Foi depois de perder o bebê que Mary começou a dizer que estava dando à luz a partes de coelhos. Apesar de que saíam mortos de seu ventre, e nunca inteiros, eles pareciam estar saltando em sua barriga, segundo o depoimento de outro médico que a examinou, Richard Manningham.
“Definitivamente havia movimento em uma parte do lado direito de seu estômago”, escreveu.
Os médicos pareciam acreditar nessa versão. O próprio St. Andre disse ter visto “nascer o 15º coelho”, mas outro médico real, Cyriacus Ahlers, não estava muito convencido.
“Fiz algumas perguntas ao paciente que ela não foi capaz de responder. Observei-a com atenção, pois ela caminhava pela casa com os joelhos juntos, como se tivesse medo de que algo caísse”.
Ahlers também testemunhou um “nascimento”.
“Tinha sérias suspeitas, mas simulei grande compaixão e ajudei a cuidar da mulher, o que me deu a oportunidade de conversar com o médico sobre tudo pelo qual a mulher tinha passado. Disse que o rei lhe daria uma pensão…”
Segundo alguns historiadores, o dinheiro era a motivação de Toft.
O princípio do fim
Mas a verdade começou a vir à tona quando Ahlers examinou os restos mortais dos coelhos “nascidos” e encontrou detalhes suspeitos: havia pelotas em seus estômagos, o que indicava que tinham comido feno, e algumas de suas partes pareciam ter sido cortadas com facas.

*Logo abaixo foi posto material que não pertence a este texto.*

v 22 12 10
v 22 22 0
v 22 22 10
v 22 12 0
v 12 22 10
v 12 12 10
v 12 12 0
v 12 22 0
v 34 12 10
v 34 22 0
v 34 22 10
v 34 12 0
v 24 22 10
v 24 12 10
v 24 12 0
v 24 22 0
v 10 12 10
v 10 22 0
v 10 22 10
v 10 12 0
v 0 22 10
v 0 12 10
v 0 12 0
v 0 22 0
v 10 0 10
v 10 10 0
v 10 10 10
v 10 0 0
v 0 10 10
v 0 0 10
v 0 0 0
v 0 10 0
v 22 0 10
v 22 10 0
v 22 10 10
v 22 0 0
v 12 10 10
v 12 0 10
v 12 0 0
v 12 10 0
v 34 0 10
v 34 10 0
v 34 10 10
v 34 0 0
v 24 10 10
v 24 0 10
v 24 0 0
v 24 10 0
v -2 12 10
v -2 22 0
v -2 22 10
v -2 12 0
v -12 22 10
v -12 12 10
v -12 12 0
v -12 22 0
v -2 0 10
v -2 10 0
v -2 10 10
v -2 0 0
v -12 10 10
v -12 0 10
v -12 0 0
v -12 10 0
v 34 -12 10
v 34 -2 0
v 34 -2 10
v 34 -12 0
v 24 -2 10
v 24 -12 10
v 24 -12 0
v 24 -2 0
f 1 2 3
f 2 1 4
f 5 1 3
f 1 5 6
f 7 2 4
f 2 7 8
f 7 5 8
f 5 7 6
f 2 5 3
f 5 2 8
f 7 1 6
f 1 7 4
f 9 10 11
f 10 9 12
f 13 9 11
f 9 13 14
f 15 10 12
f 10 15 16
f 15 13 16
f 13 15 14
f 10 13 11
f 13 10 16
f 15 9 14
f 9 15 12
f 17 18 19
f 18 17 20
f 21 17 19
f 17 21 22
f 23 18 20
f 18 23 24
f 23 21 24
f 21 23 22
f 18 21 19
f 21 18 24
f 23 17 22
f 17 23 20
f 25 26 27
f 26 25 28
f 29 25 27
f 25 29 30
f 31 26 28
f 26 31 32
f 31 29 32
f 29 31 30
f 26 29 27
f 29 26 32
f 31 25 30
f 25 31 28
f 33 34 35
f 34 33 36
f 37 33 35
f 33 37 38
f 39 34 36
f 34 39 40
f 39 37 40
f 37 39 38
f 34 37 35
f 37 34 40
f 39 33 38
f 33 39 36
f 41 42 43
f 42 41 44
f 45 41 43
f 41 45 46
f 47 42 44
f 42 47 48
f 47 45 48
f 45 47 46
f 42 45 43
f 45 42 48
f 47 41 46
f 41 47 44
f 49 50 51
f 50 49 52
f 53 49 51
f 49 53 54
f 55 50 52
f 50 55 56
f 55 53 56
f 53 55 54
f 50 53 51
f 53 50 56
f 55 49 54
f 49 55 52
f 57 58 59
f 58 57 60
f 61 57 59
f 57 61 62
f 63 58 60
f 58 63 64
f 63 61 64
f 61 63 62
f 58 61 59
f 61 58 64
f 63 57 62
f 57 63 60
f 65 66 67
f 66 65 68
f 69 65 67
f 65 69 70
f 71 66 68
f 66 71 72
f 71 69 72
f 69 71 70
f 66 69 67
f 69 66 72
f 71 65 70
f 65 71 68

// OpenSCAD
// Empty
color();
// No children
color() { }

module object() cube([10,10,10]);

translate([12,12,0]) object();
color([1,0,0]) translate([24,12,0]) object();
translate([0,12,0]) color("Purple") object();
color([0,0,1,0.5]) object();
translate([12,0,0]) color([0,0,1],0.5) object();
translate([24,0,0]) color(c="Green",alpha=0.2) object();
translate([-12,12,0]) color() object();
translate([-12,0,0]) color(alpha=0.5) object();
translate([24,-12,0]) color([1,0,0]) color([0,0,1]) object();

“Tecnicamente, Mary Toft deu à luz coelhos. Durante meses, partes dissecadas foram introduzidas em seu corpo e ela as expeliu horas depois. Era um processo incômodo e muito realista”.

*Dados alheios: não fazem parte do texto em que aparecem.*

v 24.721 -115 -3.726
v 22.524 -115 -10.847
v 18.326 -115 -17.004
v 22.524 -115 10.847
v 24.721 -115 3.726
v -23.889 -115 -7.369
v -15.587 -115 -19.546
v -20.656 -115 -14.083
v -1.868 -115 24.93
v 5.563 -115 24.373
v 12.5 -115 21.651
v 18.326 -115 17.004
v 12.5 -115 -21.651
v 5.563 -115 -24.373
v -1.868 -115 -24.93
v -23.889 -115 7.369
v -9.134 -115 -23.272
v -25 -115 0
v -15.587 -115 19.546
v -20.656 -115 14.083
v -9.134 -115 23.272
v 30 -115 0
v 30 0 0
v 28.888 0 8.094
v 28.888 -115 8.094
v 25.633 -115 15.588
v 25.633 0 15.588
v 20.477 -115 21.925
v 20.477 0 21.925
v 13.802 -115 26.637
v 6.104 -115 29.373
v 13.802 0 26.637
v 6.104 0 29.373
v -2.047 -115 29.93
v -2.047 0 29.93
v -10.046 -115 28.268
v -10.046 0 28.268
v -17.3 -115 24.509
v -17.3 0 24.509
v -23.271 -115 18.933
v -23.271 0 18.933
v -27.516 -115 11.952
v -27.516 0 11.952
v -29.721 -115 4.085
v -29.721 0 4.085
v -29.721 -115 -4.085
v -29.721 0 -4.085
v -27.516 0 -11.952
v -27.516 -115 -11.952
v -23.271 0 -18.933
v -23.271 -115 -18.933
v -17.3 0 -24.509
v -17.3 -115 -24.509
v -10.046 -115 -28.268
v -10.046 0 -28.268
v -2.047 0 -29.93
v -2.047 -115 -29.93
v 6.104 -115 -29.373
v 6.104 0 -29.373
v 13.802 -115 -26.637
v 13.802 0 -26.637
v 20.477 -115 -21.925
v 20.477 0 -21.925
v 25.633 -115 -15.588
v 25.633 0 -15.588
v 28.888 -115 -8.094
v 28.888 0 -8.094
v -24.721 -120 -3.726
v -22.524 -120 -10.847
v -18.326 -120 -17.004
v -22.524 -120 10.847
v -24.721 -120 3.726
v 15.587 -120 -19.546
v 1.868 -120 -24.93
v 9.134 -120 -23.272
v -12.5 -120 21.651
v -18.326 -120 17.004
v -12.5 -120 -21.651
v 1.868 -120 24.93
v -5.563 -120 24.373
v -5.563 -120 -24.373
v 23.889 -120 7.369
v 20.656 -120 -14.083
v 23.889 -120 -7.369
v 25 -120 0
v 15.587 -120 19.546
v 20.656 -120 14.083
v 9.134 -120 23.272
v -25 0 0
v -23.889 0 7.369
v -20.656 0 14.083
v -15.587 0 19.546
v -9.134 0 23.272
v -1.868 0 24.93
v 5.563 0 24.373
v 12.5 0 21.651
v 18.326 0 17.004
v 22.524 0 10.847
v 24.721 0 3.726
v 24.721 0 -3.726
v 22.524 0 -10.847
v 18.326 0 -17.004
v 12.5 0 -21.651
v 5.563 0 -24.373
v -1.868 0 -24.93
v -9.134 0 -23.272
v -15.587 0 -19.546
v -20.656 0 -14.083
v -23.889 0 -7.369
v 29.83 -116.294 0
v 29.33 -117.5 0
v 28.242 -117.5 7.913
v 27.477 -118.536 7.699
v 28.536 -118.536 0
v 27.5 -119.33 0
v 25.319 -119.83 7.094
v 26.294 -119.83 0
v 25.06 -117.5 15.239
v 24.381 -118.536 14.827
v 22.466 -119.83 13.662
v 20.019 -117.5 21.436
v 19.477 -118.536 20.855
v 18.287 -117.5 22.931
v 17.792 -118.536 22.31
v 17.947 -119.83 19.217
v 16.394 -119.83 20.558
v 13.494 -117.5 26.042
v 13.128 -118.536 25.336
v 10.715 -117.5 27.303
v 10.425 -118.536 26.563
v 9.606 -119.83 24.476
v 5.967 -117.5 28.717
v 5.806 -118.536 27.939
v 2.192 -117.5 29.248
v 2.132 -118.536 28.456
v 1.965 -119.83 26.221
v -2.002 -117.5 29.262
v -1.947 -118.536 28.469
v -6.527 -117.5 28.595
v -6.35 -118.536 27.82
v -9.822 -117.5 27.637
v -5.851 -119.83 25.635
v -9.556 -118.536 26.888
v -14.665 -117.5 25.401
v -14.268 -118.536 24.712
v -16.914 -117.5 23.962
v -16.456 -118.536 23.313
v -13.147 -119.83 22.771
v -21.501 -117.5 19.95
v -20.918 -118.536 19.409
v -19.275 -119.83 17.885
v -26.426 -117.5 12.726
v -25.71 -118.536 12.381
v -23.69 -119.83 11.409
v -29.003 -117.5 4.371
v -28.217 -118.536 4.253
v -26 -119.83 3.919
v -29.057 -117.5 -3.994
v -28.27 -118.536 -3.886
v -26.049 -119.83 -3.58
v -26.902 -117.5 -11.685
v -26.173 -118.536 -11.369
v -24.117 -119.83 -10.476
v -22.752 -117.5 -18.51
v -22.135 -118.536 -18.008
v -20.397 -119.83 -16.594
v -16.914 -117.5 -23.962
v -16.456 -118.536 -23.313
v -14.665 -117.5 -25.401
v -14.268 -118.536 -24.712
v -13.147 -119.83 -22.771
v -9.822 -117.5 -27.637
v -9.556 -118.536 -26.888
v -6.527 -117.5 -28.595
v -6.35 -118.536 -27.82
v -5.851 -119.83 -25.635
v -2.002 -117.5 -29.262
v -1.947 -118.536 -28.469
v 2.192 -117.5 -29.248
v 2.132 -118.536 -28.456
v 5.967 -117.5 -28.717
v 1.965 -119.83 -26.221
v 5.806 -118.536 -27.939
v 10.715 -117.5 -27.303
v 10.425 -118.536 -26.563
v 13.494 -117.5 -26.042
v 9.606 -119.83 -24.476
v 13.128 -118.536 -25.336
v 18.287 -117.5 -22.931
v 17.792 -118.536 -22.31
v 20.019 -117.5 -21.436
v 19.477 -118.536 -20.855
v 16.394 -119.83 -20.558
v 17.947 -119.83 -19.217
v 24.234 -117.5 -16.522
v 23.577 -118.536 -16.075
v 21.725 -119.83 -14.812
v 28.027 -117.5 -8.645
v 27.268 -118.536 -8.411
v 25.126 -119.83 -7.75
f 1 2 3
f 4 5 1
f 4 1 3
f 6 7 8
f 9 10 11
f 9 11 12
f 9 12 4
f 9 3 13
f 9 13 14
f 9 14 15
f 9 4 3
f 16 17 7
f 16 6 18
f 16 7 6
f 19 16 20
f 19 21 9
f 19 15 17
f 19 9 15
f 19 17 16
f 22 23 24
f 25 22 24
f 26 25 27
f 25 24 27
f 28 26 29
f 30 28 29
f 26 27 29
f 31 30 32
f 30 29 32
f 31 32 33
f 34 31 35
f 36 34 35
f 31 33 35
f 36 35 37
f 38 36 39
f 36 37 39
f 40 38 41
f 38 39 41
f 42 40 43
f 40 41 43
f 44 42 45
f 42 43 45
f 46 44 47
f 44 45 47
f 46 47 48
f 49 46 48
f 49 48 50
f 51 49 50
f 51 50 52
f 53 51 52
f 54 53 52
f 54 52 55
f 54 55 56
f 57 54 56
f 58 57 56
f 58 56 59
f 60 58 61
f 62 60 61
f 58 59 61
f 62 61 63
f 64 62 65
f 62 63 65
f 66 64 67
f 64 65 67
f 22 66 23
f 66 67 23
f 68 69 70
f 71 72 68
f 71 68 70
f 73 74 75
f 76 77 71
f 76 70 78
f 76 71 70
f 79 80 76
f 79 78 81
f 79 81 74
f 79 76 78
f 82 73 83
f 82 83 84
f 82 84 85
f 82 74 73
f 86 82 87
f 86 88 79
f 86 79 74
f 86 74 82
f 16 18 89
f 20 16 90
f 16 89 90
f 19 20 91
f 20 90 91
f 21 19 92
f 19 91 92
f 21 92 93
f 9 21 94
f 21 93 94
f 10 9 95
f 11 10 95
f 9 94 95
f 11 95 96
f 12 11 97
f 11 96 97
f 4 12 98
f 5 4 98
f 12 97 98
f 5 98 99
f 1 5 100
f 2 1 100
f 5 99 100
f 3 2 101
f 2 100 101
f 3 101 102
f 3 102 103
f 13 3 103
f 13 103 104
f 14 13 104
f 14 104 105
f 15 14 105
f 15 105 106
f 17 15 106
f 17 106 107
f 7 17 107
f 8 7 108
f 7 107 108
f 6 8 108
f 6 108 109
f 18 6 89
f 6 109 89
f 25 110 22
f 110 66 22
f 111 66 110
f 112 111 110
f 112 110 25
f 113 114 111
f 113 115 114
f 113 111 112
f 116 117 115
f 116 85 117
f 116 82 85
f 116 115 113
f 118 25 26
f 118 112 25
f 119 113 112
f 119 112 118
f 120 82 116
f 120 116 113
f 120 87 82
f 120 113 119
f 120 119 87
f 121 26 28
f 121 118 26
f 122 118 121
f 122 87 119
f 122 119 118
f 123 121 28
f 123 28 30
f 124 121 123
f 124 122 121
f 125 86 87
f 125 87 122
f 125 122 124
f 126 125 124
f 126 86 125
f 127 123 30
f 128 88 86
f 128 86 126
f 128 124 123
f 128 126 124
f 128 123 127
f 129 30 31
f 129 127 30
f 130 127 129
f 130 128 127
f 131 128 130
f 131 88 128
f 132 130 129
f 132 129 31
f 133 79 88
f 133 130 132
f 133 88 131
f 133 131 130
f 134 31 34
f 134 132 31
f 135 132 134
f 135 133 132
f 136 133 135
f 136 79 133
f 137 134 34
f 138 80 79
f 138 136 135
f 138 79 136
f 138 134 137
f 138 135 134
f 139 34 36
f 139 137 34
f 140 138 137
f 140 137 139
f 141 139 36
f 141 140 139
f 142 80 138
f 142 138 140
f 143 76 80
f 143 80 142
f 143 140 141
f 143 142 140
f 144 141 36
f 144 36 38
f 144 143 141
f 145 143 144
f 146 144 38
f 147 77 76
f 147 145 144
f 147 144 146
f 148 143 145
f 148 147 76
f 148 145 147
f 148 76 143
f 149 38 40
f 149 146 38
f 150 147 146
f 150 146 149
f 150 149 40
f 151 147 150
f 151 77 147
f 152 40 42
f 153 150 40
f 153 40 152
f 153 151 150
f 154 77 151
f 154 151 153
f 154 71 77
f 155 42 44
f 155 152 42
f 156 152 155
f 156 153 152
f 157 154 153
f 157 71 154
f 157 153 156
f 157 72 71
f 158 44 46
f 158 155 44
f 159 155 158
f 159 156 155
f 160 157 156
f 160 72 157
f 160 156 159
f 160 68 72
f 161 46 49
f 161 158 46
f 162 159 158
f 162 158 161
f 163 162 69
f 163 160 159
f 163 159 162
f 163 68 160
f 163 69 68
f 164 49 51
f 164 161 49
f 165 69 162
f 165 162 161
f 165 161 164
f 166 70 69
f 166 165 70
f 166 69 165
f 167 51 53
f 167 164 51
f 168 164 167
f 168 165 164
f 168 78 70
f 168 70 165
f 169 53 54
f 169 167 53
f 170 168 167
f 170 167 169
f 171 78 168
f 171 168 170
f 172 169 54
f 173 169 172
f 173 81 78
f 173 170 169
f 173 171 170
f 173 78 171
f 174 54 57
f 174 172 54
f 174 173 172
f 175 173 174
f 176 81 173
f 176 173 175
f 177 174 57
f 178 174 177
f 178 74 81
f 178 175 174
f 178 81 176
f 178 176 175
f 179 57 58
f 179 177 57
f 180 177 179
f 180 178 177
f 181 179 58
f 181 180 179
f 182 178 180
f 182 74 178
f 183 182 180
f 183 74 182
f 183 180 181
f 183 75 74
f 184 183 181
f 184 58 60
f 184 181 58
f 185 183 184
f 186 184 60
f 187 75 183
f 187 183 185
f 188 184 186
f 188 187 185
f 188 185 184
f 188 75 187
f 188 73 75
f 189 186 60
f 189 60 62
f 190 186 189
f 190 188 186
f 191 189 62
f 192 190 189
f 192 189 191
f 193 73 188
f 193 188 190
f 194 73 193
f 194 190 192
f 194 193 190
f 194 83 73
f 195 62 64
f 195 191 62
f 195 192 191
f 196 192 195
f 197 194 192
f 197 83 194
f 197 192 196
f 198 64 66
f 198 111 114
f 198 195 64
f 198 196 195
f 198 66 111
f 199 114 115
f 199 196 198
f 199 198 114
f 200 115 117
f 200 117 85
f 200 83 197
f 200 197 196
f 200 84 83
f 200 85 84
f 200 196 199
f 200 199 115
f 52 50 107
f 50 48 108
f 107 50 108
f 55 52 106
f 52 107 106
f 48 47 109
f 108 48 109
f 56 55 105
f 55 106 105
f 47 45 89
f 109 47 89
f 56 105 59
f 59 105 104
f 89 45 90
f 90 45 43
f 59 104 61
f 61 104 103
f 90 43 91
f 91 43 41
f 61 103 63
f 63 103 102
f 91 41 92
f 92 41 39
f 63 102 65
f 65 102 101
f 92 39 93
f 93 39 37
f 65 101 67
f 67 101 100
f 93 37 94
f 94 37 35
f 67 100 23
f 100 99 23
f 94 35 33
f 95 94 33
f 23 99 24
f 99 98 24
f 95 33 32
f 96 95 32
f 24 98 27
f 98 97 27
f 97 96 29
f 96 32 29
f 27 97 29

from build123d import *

# Parameters (mm, degrees)
F0_R     = 30
F1_DEPTH = 120
F2_R     = 25
F3_DEPTH = 115
F4_R     = 5


with BuildPart() as f1:
    # F0 (on Front) → F1 (new body)
    with BuildSketch(Plane.XZ):
        Circle(F0_R)
    extrude(amount=F1_DEPTH)

    # F2 (on face) → F3 (cut)
    with BuildSketch(Plane(origin=(0, 0, 0), x_dir=(-1, 0, 0), z_dir=(0, 1, 0))):
        Circle(F2_R)
    extrude(amount=-F3_DEPTH, mode=Mode.SUBTRACT)

    # F4
    f4_edges = [f1.edges().sort_by_distance(p)[0] for p in [
        (-30, -120, 0),
    ]]
    fillet(f4_edges, radius=F4_R)


solid = f1.part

Toft foi levada a Londres, onde esperou o nascimento de seu “18º coelho”. O caso já tinha ganho destaque na imprensa, não apenas positivamente: o satirista William Hogarth fez uma caricatura ironizando a situação.
“Até a mentira ser revelada, ninguém comeu coelho”, disse um relato da época.
“Foi incrível que tenham seguido com a fraude em Londres, observados de tão perto. Era óbvio que seriam desmascarados”, conta Harvey.
A história começou a mudar quando um dos empregados da casa em que Toft estava hospedada relatou que ela havia pedido que ele lhe trouxesse o “menor coelho que encontrasse”.
Richard Manningham, um dos médicos que a tinham examinado antes, foi uma das vozes mais indignadas com as novas revelações.
“Insisti que confessasse a verdade. Disse-lhe que era uma impostora e que por isso faria um experimento bastante doloroso”, escreveu.
Foi quando a mulher confessou. Em uma série de depoimentos cheios de contradições, Toft finalmente deu sua versão dos fatos.
“Tive um parto horroroso. Algo monstruoso saiu de dentro de mim, logo depois de ter visto coelhos. Meu corpo estava aberto, como se um bebê tivesse saído. Tive uma dor imensa, como se meus ossos estivessem se quebrando dentro de mim”.
Suas confissões, porém, tinham três finais distintos. Em uma versão, nega a fraude. Nas outras, implicou a mulher de um afiador de facas e mesmo a própria sogra. O doutor St. Andre, que a princípio havia acreditado na história, retratou-se.
“Estou completamente convencido de que isso é uma fraude abominável”, escreveu ele.
Toft foi presa, mas como simulação de gravidez não era crime, foi solta logo depois. Morreu em 1763, anos depois, e nunca se livrou da má fama: em seu atestado de óbito, ela consta como “Mary Toft, viúva e impostora dos coelhos”.
O caso teve grande repercussão no meio médico britânico, que se viu alvo de zombaria pública. Foi citado até por filósofos: Voltaire, no ensaio Singularidades da Natureza, mencionou a história de Mary Toft para criticar a Inglaterra pelo que classificou como influência da ignorância da religião.